If we were to produce a 90-minute film with a purely objective scientific fact confirmed narrative as suggested, it would most likely not appeal to the general public and nothing would change. The corporations and those who work for them already know the facts. They just don’t care because they are motivated by profit.Film making is story telling. It’s meant to be emotive. It’s designed to captivate viewers and to entice discussion and controversy. If people are talking about it that means it’s a success. If people are criticizing it, that means it is having an impact. If some people are condemning it, that means that some people are threatened by it.Personally, I don’t care if there are scientists and industry people who dislike the film. I don’t need biostitutes and P.R. firms to lecture me on something I have seen and witnessed with my own eyes over the last 60 years. There is no such thing as a sustainable fishery. That is my considered observation based on 60 years of experience. Phytoplankton populations in the sea have been reduced by 40% since 1950 and that is probably the most important validated scientific fact to be concerned about. (Source: https://www.scientificamerican.com/…/phytoplankton…/

Life in the Ocean is being diminished and that diminishment is escalating. I’m not surprised that there are many who wish to deny this just as there have been many quick to deny climate change.Change comes about through stories and in today’s world, the most powerful communication medium is film. Lucy and Ali Tabrizi are telling an important story and it’s a great deal to tell in a mere 90 minutes.

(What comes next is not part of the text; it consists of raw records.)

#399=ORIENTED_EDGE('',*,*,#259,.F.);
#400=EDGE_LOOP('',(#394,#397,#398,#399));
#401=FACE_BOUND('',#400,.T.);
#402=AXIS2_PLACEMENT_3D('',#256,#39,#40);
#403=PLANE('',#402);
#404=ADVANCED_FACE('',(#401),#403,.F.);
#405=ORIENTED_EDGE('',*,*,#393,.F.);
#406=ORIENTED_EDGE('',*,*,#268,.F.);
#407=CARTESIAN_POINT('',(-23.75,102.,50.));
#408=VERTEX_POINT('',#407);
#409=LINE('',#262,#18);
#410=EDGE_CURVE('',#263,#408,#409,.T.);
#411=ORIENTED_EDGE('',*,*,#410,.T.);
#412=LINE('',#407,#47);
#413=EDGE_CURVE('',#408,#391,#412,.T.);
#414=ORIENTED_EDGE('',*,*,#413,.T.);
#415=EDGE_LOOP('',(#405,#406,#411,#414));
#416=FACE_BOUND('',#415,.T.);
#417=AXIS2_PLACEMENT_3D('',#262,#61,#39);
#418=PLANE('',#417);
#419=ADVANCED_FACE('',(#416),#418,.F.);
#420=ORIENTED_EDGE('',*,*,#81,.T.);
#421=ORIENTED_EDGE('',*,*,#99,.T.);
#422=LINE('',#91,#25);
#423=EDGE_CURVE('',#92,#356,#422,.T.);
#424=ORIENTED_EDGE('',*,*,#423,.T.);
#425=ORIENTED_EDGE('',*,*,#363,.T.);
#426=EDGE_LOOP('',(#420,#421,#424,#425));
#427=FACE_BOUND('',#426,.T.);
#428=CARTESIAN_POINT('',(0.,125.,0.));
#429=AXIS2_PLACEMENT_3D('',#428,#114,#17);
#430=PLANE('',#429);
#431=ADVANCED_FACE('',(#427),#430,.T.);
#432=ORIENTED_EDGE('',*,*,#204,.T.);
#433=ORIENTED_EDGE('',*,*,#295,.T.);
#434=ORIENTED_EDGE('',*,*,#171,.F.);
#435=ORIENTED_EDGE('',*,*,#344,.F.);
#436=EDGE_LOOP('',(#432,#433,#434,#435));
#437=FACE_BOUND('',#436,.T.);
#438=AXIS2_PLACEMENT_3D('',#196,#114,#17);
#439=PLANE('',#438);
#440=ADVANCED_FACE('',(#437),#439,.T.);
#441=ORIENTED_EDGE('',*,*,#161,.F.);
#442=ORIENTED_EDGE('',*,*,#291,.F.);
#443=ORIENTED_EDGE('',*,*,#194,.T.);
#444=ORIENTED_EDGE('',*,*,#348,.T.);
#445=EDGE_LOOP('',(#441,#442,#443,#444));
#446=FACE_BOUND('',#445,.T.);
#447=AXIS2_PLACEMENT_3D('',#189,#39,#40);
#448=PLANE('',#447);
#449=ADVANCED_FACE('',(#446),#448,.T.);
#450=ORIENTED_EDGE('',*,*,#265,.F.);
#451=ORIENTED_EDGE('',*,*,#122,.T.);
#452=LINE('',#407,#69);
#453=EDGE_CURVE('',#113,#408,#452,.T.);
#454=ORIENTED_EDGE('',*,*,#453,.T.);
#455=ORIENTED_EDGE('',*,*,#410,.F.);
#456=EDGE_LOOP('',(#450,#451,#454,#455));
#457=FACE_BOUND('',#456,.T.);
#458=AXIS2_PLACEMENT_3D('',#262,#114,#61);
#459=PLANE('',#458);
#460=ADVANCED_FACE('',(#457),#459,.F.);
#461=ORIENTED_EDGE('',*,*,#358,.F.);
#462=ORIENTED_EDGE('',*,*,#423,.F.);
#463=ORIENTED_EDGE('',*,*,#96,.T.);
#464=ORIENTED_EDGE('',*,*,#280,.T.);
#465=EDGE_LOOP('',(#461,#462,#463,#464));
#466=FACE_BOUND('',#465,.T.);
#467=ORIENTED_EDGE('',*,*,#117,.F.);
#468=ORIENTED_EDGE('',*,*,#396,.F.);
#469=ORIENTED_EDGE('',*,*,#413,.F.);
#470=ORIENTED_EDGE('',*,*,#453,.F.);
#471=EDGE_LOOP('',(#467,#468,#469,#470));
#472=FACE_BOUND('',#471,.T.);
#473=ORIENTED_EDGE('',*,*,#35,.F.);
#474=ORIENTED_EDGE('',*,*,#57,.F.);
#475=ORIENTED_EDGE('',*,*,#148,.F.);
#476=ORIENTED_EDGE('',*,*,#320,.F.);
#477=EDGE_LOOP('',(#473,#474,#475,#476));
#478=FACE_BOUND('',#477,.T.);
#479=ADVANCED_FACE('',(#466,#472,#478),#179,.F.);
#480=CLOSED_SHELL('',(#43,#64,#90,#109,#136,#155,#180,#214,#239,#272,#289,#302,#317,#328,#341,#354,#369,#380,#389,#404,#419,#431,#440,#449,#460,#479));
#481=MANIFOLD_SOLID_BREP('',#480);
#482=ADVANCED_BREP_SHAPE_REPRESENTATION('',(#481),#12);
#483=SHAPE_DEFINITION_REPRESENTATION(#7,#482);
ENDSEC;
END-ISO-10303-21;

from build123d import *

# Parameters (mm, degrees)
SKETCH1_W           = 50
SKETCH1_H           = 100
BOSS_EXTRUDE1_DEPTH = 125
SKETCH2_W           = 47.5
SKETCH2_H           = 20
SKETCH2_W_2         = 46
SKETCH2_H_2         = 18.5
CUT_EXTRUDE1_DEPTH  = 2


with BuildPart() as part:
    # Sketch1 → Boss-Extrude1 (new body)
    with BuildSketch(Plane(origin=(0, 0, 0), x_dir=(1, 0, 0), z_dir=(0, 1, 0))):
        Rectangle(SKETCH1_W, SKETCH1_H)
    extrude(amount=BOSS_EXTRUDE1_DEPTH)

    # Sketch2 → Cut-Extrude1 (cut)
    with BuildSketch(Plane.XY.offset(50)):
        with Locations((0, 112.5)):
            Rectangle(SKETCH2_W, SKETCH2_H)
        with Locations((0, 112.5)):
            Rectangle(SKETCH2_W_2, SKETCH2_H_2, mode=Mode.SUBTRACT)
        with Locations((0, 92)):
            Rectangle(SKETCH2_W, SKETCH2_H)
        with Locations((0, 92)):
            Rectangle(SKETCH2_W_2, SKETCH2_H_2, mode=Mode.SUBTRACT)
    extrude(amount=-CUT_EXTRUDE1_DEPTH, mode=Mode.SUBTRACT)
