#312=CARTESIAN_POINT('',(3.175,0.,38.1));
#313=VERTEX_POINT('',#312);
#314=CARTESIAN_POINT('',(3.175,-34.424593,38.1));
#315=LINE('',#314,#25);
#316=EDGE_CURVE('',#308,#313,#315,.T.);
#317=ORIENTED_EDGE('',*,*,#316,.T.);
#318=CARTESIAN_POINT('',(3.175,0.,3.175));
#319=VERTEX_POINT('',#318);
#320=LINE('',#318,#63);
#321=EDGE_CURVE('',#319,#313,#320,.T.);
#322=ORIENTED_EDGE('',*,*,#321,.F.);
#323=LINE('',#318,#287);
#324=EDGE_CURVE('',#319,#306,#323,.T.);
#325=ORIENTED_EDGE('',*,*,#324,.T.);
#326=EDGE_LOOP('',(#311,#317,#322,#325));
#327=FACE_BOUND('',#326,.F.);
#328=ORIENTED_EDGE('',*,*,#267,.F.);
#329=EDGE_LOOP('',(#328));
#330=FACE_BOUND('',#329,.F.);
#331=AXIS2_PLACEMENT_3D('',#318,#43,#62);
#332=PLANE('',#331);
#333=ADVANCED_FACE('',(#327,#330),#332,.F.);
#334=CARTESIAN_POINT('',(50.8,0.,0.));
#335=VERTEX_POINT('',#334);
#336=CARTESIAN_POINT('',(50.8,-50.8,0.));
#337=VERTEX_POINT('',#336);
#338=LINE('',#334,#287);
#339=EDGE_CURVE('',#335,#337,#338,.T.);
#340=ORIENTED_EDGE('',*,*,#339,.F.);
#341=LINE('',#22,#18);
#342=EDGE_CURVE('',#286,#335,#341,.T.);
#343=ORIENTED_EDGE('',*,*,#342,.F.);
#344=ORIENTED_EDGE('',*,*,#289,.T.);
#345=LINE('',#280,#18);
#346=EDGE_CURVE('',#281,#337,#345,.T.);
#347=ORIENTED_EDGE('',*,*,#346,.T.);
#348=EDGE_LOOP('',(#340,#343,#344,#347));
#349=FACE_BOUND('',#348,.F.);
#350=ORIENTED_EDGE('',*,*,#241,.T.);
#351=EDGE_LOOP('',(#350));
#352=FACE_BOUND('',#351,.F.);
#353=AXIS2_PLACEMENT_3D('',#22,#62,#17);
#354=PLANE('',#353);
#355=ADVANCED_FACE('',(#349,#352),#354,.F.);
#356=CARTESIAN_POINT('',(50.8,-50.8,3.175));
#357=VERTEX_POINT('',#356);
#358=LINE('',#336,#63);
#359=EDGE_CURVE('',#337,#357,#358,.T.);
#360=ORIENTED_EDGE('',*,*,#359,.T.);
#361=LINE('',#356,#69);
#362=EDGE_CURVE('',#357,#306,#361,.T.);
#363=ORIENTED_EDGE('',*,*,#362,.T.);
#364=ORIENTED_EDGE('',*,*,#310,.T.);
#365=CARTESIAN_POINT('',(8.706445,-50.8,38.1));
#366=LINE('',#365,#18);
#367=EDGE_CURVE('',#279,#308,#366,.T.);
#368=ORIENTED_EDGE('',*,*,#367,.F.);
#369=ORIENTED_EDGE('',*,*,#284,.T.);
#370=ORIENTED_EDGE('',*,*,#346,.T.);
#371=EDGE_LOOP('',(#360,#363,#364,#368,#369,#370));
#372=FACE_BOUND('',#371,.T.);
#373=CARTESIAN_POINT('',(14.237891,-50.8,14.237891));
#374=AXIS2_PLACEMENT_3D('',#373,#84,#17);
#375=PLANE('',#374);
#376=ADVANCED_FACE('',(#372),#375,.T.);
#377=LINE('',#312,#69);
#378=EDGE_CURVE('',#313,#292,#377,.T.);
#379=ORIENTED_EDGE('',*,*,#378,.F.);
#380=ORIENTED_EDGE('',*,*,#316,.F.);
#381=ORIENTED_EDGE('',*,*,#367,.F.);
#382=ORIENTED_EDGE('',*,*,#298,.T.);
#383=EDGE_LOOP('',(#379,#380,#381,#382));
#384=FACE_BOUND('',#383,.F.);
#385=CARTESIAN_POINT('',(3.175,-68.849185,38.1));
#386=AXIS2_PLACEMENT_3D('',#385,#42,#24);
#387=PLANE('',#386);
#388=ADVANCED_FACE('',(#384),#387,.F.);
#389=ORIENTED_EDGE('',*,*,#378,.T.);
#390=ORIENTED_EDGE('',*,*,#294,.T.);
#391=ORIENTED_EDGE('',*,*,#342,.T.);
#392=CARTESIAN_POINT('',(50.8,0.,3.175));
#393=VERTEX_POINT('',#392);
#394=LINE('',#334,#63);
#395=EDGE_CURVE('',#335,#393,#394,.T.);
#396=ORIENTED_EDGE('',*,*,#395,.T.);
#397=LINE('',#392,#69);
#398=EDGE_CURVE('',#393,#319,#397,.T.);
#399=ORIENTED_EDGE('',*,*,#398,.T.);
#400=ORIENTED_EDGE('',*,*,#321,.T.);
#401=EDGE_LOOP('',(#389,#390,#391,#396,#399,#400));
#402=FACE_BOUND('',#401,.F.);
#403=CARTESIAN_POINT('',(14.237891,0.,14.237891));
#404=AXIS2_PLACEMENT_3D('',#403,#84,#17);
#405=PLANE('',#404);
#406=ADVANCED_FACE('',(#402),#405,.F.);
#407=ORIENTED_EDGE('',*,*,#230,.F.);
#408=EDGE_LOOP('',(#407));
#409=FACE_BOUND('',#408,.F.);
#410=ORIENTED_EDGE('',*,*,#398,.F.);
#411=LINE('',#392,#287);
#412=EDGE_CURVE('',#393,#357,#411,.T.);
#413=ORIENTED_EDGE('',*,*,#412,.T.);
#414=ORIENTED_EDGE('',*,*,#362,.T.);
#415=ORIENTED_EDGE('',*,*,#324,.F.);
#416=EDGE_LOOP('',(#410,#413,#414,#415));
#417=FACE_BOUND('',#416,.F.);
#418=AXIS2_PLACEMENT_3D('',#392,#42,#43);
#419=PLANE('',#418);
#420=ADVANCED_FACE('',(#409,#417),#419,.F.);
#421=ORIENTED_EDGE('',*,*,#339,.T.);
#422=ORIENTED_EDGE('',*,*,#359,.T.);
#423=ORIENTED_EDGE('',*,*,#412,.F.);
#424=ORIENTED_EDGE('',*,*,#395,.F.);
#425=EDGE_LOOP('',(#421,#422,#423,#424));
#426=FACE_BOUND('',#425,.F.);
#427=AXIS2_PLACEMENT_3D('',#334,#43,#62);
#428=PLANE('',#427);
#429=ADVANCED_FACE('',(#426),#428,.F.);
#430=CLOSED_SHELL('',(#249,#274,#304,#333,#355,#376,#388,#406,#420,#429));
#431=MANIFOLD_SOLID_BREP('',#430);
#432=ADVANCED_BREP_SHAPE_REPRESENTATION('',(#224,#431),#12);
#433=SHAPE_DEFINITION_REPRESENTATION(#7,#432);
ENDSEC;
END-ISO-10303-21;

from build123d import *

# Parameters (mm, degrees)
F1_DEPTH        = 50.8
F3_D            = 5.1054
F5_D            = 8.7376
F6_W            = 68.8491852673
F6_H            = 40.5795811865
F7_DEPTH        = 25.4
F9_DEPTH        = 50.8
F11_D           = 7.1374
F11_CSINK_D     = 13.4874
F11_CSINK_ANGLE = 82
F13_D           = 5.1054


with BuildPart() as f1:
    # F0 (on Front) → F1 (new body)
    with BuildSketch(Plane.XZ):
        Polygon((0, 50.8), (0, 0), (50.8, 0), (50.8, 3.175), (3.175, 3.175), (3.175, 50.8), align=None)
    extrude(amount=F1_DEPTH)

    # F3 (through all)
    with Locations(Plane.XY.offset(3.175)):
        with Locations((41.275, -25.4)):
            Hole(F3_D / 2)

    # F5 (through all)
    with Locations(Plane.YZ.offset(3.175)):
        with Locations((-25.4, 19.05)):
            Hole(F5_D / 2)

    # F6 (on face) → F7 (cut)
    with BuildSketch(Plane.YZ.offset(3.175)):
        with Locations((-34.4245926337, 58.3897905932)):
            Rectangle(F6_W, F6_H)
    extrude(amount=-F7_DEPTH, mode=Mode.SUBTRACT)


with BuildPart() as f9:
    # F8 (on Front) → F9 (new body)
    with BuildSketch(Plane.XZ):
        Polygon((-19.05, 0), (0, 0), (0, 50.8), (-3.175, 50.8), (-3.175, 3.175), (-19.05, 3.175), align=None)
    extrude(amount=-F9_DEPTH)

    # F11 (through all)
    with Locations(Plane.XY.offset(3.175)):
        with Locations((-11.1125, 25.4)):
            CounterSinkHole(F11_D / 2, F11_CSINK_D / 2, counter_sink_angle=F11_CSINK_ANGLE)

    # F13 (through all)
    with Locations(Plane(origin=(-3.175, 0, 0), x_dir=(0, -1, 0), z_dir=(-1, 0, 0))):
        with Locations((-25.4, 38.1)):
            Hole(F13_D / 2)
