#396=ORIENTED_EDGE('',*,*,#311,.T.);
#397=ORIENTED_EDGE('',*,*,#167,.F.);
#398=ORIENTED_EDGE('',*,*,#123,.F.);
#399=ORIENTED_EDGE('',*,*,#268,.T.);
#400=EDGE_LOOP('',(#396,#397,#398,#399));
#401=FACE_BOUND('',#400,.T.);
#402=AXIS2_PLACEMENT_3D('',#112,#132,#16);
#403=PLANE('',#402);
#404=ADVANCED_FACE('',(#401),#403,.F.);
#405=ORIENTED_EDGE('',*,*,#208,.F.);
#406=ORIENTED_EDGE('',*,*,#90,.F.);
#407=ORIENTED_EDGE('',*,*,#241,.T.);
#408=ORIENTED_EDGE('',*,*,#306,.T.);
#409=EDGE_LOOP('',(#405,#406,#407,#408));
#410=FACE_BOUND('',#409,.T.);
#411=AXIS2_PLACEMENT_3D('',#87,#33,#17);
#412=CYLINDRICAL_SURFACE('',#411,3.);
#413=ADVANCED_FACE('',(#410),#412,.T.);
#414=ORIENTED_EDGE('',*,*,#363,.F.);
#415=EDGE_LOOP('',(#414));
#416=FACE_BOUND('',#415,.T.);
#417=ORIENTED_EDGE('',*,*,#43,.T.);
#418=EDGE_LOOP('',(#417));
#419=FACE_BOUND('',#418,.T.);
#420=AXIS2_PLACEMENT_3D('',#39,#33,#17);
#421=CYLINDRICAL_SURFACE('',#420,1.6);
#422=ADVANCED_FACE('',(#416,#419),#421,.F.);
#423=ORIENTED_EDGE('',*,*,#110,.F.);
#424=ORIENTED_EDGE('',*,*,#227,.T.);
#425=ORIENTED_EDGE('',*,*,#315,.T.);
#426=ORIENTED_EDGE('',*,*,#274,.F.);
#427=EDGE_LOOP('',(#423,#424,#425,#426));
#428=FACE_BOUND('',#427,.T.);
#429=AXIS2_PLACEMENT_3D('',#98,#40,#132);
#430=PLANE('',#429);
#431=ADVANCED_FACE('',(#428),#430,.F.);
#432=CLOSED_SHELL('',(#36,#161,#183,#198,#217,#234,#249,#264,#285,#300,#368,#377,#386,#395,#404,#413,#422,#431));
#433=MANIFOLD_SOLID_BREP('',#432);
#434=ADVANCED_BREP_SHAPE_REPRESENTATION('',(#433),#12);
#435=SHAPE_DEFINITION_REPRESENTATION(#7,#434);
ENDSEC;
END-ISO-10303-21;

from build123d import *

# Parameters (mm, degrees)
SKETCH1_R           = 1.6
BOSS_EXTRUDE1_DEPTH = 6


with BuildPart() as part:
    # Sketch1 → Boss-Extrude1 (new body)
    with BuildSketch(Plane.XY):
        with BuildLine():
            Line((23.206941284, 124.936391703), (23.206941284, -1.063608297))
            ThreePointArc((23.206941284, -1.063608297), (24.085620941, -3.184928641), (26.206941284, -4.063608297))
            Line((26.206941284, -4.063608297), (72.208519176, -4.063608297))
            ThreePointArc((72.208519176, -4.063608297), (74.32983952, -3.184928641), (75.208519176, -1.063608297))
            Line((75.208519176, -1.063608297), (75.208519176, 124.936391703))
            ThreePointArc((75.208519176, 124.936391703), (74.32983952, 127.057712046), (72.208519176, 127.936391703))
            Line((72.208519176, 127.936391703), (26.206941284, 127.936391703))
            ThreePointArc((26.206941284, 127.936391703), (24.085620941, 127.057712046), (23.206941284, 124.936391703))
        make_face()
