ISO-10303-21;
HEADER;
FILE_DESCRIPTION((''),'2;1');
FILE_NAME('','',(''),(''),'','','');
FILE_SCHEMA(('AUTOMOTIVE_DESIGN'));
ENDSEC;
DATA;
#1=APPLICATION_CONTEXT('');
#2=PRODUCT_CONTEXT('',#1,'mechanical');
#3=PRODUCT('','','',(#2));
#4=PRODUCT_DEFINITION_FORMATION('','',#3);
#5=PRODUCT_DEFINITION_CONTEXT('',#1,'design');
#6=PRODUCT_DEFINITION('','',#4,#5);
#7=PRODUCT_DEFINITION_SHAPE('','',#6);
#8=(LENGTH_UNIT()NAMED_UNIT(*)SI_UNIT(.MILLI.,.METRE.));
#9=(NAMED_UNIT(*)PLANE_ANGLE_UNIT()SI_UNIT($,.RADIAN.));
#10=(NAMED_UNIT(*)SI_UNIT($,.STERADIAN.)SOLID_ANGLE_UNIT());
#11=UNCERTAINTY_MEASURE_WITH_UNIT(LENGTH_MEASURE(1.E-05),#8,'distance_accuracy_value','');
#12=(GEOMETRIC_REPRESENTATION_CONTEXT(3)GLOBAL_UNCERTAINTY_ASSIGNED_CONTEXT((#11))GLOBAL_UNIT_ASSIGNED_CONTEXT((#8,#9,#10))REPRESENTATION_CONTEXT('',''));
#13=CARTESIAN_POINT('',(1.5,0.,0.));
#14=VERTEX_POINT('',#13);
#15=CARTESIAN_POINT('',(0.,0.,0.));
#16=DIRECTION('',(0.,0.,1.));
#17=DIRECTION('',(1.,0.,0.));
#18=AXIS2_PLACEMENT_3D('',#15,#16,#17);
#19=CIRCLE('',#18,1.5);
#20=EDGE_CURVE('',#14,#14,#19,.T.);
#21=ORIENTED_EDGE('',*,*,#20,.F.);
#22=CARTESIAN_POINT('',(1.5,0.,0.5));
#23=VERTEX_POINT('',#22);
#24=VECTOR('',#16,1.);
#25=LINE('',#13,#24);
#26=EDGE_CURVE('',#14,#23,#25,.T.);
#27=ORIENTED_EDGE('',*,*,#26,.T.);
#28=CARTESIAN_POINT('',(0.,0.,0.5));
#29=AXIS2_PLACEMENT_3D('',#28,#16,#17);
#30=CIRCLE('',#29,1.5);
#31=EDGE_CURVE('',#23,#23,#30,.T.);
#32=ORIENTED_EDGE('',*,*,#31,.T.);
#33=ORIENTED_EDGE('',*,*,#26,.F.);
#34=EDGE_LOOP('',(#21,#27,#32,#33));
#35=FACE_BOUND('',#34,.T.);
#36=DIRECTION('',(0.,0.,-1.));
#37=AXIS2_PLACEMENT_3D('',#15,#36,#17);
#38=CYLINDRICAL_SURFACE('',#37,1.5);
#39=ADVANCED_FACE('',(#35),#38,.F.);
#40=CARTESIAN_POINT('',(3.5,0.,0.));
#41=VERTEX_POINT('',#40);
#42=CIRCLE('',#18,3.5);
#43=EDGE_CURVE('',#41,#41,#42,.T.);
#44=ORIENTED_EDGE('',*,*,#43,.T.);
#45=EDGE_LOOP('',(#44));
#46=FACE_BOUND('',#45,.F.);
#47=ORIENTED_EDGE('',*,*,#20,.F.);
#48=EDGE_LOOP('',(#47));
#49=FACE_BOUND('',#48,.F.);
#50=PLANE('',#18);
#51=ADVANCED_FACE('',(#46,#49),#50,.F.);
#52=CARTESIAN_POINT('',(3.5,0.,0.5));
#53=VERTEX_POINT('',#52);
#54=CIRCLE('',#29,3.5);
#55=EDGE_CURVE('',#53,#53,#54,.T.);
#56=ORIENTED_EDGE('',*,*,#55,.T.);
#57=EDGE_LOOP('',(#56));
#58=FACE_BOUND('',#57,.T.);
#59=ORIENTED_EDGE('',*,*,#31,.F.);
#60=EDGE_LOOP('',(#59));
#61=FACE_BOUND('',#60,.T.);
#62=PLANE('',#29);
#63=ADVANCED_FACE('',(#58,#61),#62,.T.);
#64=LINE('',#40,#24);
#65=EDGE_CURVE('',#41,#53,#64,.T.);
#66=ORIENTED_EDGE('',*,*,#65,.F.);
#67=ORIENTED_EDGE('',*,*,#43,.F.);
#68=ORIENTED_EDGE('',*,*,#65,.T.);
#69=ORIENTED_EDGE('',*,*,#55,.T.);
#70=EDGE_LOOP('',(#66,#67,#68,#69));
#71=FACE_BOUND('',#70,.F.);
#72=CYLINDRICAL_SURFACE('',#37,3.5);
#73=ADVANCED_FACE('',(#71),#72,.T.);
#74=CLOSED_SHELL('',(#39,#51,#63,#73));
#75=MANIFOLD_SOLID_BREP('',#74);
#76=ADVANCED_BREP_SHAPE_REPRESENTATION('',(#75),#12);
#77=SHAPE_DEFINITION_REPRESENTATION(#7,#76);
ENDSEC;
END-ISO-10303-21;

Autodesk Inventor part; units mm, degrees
ref_plane "YZ Plane" through (0, 0, 0) normal (1, 0, 0) x (0, 1, 0)
ref_plane "XZ Plane" through (0, 0, 0) normal (0, 1, 0) x (-1, 0, 0)
ref_plane "XY Plane" through (0, 0, 0) normal (0, 0, 1) x (1, 0, 0)
sketch "Sketch1" plane through (0, 0, 0) normal (0, 0, 1) x (1, 0, 0)
  circle A0 centre (0, 0) radius 3.5
  circle A1 centre (0, 0) radius 1.5
  dimension "d0" = 7
  dimension "d1" = 3
extrude "Extrusion1" add sketch "Sketch1" along normal blind 0.5
properties part number "washer_M3"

I would have liked to have seen more details, but more tends to be difficult when making a film because there always tends to be too much material and too little time. Seaspiracy is a hit and it is reaching millions and Ali and Lucy Tabrizi have done a wonderful job in a project that I have actively been involved with for the last few years and proud to be associated with as I’m sure Captain Peter Hammarstedt and Dr. Sylvia Earle are as well. Fisheries consultant Francisco Blaha amusingly generalized the filmmakers by stating that the film has a tendency to generalize. He tweeted, “I’m over the set up where the ‘bad guys’ are predominantly Asian, the ‘victims’ predominantly black/brown, and the ‘good guys’ talking about it and saving the ocean are predominantly white.”Blaha admits in a tweet that he actually did not see the entire film and his bias is apparent in his job title as “fisheries consultant” to industrialized fishing corporations. In the film the bad guys are not predominantly Asian. The film focus is on European as well as Asian fishermen and shows how artisanal fishing communities in Africa are being devastated by industrialized fishing. Industrialized fishing corporations are the bad guys. His assertion that those in the film are predominantly white males is also incorrect. The film was made by a man of Middle Eastern background and a woman – Lucy Tabrizi and features the voices of Dr. Sylvia Earle, Dr. Jane Hightower, Tamara Arenovich, Lori Marino and Lamya Essemlali amongst others. As for Sea Shepherd, we are working hand in hand with African and Latin American nations to oppose Asian AND European exploitation of the waters of these nations. We are in fact working with and for African and Central and South America nations. This means we are working in opposition to the industry that Blaha consults for. In 2019, Blaha was the winner of the 2019 World Seafood Champion Award which is all we need to know to understand his bias

This film by Ali and Lucy is their project, it is their voice and they have every right to tell their story the way they wish to tell their story. If the critics don’t like it they should take up the challenge and make their own film. In fact, that is the only valid response. All this chatter and pooh-poohing of a film they happen to not like is irrelevant and meaningless.If they want to make a film with what they consider to be “real” science they should do it. It’s easy to be a critic, easy to slam the work and creativity of others. If there is a film they would rather see produced, one that meets with their approval they should just shut up and make it.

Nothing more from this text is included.